What You Gotta Know to Play Good in the Iterated Prisoner’s Dilemma

Mathematics Department, The City College, 137 Street and Convent Avenue, New York City, NY 10031, USA
Games 2015, 6(3), 175-190; https://doi.org/10.3390/g6030175
Submission received: 4 April 2015 / Revised: 1 June 2015 / Accepted: 8 June 2015 / Published: 25 June 2015
(This article belongs to the Special Issue Cooperation, Trust, and Reciprocity)

Abstract

:
For the iterated Prisoner’s Dilemma there exist good strategies which solve the problem when we restrict attention to the long term average payoff. When used by both players, these assure the cooperative payoff for each of them. Neither player can benefit by moving unilaterally to any other strategy, i.e., these provide Nash equilibria. In addition, if a player uses instead an alternative which decreases the opponent’s payoff below the cooperative level, then his own payoff is decreased as well. Thus, if we limit attention to the long term payoff, these strategies effectively stabilize cooperative behavior. The existence of such strategies follows from the so-called Folk Theorem for supergames, and the proof constructs an explicit memory-one example, which has been labeled Grim. Here we describe all the memory-one good strategies for the non-symmetric version of the Prisoner’s Dilemma. This is the natural object of study when the payoffs are in units of the separate players’ utilities.
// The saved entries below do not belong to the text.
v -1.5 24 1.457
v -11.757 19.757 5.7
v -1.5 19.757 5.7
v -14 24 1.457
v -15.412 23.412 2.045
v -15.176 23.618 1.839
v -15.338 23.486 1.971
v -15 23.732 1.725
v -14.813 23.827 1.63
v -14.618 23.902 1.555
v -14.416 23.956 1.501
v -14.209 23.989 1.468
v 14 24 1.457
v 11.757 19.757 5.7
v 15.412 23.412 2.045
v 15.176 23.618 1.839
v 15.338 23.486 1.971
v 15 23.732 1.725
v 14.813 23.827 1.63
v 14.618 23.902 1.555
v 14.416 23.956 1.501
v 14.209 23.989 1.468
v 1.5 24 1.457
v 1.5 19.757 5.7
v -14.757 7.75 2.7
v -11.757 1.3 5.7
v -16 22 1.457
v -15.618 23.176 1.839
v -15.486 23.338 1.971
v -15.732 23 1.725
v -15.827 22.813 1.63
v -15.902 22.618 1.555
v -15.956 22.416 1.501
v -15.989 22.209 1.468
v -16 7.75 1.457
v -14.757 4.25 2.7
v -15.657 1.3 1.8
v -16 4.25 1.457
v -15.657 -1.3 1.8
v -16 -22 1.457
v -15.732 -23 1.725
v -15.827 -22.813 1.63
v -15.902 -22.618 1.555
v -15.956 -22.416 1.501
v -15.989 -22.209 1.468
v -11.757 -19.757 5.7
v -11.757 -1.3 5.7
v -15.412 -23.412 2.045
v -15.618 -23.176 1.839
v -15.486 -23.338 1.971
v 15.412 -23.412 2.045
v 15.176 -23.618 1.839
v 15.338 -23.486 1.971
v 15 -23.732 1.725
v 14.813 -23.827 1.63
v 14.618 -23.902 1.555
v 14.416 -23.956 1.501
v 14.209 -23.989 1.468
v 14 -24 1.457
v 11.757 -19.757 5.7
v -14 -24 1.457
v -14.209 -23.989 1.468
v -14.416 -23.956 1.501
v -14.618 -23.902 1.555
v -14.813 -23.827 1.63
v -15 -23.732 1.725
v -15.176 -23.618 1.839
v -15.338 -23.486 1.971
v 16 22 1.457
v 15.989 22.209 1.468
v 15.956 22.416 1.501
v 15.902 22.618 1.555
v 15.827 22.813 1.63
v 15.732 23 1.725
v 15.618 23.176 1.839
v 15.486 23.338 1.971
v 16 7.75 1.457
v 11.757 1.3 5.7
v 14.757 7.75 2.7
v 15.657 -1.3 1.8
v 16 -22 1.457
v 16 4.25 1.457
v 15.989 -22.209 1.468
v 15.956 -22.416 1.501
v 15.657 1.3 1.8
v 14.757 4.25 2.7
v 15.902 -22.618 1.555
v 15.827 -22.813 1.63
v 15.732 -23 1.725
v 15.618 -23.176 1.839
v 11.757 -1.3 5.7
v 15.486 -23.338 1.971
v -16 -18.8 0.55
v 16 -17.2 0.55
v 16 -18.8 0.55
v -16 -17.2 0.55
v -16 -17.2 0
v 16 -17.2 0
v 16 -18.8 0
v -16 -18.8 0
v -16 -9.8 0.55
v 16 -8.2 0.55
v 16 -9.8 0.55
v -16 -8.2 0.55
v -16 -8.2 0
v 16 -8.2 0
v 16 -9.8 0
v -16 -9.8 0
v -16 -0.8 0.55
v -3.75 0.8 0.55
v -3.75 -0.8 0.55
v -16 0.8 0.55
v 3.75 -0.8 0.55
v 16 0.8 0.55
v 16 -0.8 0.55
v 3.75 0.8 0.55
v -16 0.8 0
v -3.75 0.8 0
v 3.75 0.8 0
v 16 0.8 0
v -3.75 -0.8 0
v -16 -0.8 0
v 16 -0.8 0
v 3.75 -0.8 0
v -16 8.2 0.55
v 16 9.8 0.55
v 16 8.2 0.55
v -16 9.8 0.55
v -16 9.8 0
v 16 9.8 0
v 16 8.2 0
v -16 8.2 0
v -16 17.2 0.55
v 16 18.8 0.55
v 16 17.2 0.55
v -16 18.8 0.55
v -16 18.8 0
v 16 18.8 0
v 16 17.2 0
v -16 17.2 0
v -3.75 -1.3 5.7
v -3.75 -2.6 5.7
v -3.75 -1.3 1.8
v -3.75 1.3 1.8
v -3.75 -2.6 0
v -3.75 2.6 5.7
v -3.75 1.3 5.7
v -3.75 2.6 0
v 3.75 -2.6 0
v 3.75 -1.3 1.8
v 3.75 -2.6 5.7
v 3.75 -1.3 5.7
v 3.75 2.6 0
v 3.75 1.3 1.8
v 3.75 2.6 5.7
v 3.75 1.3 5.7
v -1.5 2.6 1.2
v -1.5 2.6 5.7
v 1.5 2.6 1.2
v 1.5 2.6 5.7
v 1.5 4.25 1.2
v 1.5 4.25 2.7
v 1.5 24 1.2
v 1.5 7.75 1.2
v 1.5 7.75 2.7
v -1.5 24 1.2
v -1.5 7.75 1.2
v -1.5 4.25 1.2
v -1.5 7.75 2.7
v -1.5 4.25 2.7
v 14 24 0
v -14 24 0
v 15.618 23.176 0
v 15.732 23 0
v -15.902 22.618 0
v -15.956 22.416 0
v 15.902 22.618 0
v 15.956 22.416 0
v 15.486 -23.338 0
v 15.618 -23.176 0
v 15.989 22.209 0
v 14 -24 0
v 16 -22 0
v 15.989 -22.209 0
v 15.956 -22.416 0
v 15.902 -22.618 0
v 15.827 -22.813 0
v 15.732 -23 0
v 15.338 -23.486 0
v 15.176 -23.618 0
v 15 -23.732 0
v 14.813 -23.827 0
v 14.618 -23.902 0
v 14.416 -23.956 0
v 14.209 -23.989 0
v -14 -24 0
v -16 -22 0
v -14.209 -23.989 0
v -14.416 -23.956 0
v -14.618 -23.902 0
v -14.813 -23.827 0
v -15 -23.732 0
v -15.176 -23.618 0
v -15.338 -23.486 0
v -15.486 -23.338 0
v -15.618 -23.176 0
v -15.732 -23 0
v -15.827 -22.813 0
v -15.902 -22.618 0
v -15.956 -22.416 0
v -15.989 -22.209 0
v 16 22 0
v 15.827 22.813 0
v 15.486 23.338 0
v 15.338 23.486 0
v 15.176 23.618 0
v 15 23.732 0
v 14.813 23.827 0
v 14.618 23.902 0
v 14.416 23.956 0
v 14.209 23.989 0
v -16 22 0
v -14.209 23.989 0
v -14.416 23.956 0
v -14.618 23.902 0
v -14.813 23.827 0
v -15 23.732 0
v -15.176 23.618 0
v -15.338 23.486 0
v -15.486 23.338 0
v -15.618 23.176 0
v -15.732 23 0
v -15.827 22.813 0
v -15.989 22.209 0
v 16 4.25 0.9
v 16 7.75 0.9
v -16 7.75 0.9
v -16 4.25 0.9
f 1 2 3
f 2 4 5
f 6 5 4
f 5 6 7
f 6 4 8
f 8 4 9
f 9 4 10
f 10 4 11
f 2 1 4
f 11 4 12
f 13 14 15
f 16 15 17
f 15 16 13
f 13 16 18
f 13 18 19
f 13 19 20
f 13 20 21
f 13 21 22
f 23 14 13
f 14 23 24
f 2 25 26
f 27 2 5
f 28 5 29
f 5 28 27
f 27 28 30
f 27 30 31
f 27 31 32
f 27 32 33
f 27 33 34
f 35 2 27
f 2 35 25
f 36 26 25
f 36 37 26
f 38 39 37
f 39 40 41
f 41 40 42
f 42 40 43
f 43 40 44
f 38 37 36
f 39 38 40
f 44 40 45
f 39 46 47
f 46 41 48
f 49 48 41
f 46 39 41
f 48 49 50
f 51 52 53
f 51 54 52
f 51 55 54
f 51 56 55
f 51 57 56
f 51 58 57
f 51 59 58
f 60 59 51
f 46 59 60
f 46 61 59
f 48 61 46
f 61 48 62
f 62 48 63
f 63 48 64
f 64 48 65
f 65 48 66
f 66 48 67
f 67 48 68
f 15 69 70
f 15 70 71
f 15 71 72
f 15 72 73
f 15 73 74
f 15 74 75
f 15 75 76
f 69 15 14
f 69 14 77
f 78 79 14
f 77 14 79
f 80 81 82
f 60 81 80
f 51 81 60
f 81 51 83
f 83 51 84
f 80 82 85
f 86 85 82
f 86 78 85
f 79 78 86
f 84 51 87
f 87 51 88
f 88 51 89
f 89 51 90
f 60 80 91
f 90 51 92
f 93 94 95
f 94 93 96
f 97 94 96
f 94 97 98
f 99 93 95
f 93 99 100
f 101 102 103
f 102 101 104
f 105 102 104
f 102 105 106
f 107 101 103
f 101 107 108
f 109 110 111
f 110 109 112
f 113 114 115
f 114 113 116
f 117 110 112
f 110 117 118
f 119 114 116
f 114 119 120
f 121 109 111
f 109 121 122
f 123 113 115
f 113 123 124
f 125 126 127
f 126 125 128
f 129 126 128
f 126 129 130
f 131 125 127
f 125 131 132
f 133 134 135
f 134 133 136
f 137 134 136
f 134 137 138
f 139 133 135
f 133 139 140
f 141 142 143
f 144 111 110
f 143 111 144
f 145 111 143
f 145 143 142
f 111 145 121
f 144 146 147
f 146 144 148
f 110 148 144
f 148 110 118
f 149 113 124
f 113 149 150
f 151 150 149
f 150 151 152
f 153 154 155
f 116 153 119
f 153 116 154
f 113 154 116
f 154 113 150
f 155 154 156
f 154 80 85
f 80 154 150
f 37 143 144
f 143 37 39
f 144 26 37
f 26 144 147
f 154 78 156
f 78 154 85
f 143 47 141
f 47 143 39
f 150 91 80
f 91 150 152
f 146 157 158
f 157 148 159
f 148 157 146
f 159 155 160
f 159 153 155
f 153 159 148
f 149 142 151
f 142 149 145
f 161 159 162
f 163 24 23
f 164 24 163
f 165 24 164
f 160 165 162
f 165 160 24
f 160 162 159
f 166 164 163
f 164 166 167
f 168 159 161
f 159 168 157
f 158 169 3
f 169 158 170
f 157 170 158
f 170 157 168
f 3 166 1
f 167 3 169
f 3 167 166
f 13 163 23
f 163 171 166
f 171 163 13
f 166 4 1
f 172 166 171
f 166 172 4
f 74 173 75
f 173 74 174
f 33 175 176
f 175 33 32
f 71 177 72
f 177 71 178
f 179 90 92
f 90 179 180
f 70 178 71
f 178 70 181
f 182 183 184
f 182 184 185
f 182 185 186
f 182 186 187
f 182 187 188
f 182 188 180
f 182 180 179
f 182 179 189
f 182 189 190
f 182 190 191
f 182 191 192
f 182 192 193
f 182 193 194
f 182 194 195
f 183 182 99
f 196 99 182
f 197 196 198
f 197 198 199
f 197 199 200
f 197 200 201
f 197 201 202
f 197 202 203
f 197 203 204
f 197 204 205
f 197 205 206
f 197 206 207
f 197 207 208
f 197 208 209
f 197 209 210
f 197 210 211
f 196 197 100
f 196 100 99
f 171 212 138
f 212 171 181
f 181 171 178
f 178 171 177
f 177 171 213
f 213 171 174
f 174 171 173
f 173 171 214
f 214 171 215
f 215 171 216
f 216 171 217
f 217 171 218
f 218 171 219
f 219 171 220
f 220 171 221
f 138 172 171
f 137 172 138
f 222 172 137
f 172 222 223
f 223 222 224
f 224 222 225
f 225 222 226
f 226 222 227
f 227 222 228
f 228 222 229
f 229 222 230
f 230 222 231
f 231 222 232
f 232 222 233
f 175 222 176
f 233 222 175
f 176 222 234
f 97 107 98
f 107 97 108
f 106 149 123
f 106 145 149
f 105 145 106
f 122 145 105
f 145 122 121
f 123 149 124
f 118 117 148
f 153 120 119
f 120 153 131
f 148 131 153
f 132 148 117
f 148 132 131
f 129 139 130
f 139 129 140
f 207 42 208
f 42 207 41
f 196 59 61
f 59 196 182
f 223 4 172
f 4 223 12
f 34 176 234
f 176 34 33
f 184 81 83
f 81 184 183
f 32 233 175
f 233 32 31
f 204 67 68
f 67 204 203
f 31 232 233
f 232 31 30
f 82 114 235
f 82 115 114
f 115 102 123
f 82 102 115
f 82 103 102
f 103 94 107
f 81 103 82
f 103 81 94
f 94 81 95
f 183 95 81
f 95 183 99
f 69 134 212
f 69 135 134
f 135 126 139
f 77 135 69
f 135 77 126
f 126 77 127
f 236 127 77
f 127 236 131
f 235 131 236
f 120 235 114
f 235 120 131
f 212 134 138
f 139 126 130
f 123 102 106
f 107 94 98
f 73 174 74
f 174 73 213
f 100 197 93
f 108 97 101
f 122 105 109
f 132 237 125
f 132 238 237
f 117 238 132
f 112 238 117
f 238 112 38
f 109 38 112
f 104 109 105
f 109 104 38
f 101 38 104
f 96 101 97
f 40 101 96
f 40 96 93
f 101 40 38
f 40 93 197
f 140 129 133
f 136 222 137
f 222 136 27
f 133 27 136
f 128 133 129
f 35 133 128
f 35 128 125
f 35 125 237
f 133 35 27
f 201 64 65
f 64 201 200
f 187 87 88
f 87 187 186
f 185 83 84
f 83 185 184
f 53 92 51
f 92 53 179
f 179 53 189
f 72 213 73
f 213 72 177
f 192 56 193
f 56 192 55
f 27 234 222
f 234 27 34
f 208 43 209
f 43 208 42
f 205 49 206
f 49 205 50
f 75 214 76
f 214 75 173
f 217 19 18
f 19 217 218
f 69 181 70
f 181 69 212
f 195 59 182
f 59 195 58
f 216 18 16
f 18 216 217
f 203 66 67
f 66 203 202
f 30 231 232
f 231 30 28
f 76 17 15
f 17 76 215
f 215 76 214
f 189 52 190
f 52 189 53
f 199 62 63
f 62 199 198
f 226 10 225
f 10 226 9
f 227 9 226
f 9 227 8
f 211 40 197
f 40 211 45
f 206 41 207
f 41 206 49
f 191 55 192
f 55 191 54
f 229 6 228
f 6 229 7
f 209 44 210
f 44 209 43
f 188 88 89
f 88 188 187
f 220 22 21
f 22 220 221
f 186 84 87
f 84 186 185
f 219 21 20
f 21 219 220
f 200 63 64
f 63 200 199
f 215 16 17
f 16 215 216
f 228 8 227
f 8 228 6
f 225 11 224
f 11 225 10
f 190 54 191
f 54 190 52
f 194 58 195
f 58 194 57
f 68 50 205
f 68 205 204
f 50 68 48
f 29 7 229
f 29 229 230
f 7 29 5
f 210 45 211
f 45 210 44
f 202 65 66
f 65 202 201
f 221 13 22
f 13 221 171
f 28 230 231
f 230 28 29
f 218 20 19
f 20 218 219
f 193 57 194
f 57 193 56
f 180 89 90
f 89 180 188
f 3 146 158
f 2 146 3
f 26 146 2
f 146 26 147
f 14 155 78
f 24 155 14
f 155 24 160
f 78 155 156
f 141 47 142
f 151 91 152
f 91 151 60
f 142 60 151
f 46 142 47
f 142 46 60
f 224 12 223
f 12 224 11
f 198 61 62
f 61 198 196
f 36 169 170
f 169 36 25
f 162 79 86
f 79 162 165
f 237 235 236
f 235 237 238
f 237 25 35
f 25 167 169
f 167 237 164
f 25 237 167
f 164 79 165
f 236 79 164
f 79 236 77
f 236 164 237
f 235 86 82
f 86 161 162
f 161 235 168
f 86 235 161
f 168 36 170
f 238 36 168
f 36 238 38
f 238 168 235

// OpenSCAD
// =============================================================================
// PROJECT: FIXED-WING OMNI-AERO ELRS MOUNT
// VERSION: 1.2 (4-Way Chamfer & Educational Comments)
// DESCRIPTION: A glue-on horizontal mount with all-around aerodynamic 
//              smoothing and recessed channels for ELRS antennas.
// =============================================================================

/* [1. BASE PLATE SETTINGS] */

// Total footprint width
base_w          = 32.0;  
// Total footprint length
base_l          = 48.0;  
// The flexible "hinge" layer (gluing surface)
base_thick      = 1.2;   
// The padded block that holds the antenna
pad_thick       = 4.5;   
// Relief cuts that allow the TPU to curve around a wing
slot_width      = 1.6;   

/* [2. ANTENNA HARDWARE SPECS] */

wire_dia        = 2.6;   
junction_dia    = 5.2;   
junction_l      = 7.5;   
feedline_dia    = 3.0;   
total_span      = 36.0;  

/* [3. RETENTION & AERO] */

ziptie_width    = 3.5;   
ziptie_thick    = 1.8; 
// Moves the zip-tie back to clamp the coax, not the dipoles
ziptie_offset   = 6.0;  
// Size of the aerodynamic ramps on all sides
aero_chamfer    = 3.0;

/* [4. INTERNAL CALCULATIONS] */

$fn = 60;
total_h = base_thick + pad_thick;

// =============================================================================
// MAIN ASSEMBLY
// =============================================================================

difference() {
    
    // --- STEP 1: THE SOLID BODY ---
    union() {
        // We start with a rounded block using the 'hull' of four cylinders.
        hull() {
            for(x=[-1,1], y=[-1,1]) {
                translate([x * (base_w/2 - 2), y * (base_l/2 - 2), 0])
                    cylinder(h=total_h, r=2);
            }
        }
    }

    // --- STEP 2: THE SUBTRACTIONS (The "Machining" Phase) ---

    // A. OMNI-DIRECTIONAL CHAMFERING
    // This 'for' loop rotates a cutting cube to shave all four edges.
    for(angle=[0, 90, 180, 270]) rotate([0, 0, angle]) {
        // We pick the distance based on whether we are cutting the side or end
        dist = (angle == 0 || angle == 180) ? base_l/2 : base_w/2;
        
        translate([0, dist, total_h])
            rotate([45, 0, 0])
                cube([max(base_w, base_l) + 10, aero_chamfer * 2, aero_chamfer * 2], center=true);
    }

    // B. FLEX RELIEF SLOTS (The "Tank Tread")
We discuss the special advantages and problems associated with some specific good strategies.

1. Introduction

The Prisoner’s Dilemma (hereafter PD) is a two person game which provides a simple model of a disturbing social phenomenon. It is a game in which each of the two players, X and Y, has a choice between two strategies, c (= cooperation) and d (= defection). The cooperative outcome c c leads to a Pareto optimal pair of payoffs. On the other hand, defection dominates cooperation. This means that against any play, the opponent’s best reply is defection. It follows that the d d outcome is the unique Nash equilibrium for the game. However, each player does worse at d d than at c c . The multiplayer version is Hardin’s tragedy of the commons [1].
This collapse of cooperation can be controlled by repeated play. Given a game, the associated supergame is an infinite sequence of rounds of the original game. A strategy in the supergame allows each player to use as data the outcome of the previous rounds. A strategy is memory-one if, after the initial play, the player uses on each round just the outcome of the single preceding round. There are different ways of aggregating the payoffs on the individual rounds to obtain the payoff for the supergame. Following Press and Dyson [2] and some remarks of Aumann [3], we will use the limit of the averages of the payoffs, although there are some technical issues concerning the existence of this Cesaro limit. This has the effect of wiping out any advantages which one player obtained in the early rounds. The supergame we are considering is called the Iterated Prisoner’s Dilemma (hereafter IPD).
The so-called Folk Theorem for supergames says that there are many Nash equilibria for supergames. The proof is sketched in Appendix 2 of [3] and in more detail in [4]. These are constructed using trigger strategies. In the IPD, this means that a player switches to permanent defection when the opponent has departed from some expected cooperative play. The memory-one strategy Grim, described later, is of this sort. Using such trigger strategies the players can stabilize the cooperative payoffs, but other Pareto optimal outcomes can be obtained as well.
For the IPD we will call a strategy Nash type if, when used by both players, the cooperative payoff is received and if, against it an opponent cannot do better than the cooperative payoff. We will call the strategy for X good if it is of Nash type and, in addition, if Y uses any strategy which yields the cooperative payoff for Y, then X receives the cooperative payoff for X as well. Grim and the well-known Tit-for-Tat strategies are both good.
The usual version of the PD is a symmetric game with the cooperative and defection payoffs the same for both players. In [5], the memory-one strategies of Nash type or good are completely described for the symmetric game. The evolutionary dynamics of such strategies is also considered. This means that the payoffs are measured in terms of fitness, and the dynamics is of selection between subpopulations using different strategies. In the language of [6], it is shown that good strategies are robust. That is, a population of good strategists cannot be invaded by a mutant which does better against them.
The symmetric version of PD is appropriate for this sort of evolutionary dynamics, but in classical game theory the payoffs have to be given in terms of utility functions, which measure the preferences of the players. When interpersonal comparison of utilities is excluded (does this dollar mean more to you than it does to me?), then the symmetric version is not appropriate. This is why the terms “cooperative payoff for X” and “cooperative payoff for Y” were used above. Here we extend the results of [5] to describe the memory-one strategies which are of Nash type or good in the general non-symmetric PD. The tricky bit, as we will see, is that the characterization of the strategies for X depends upon the payoff values for Y. Thus, in order to play good, X must estimate the utilities of the different outcomes for Y.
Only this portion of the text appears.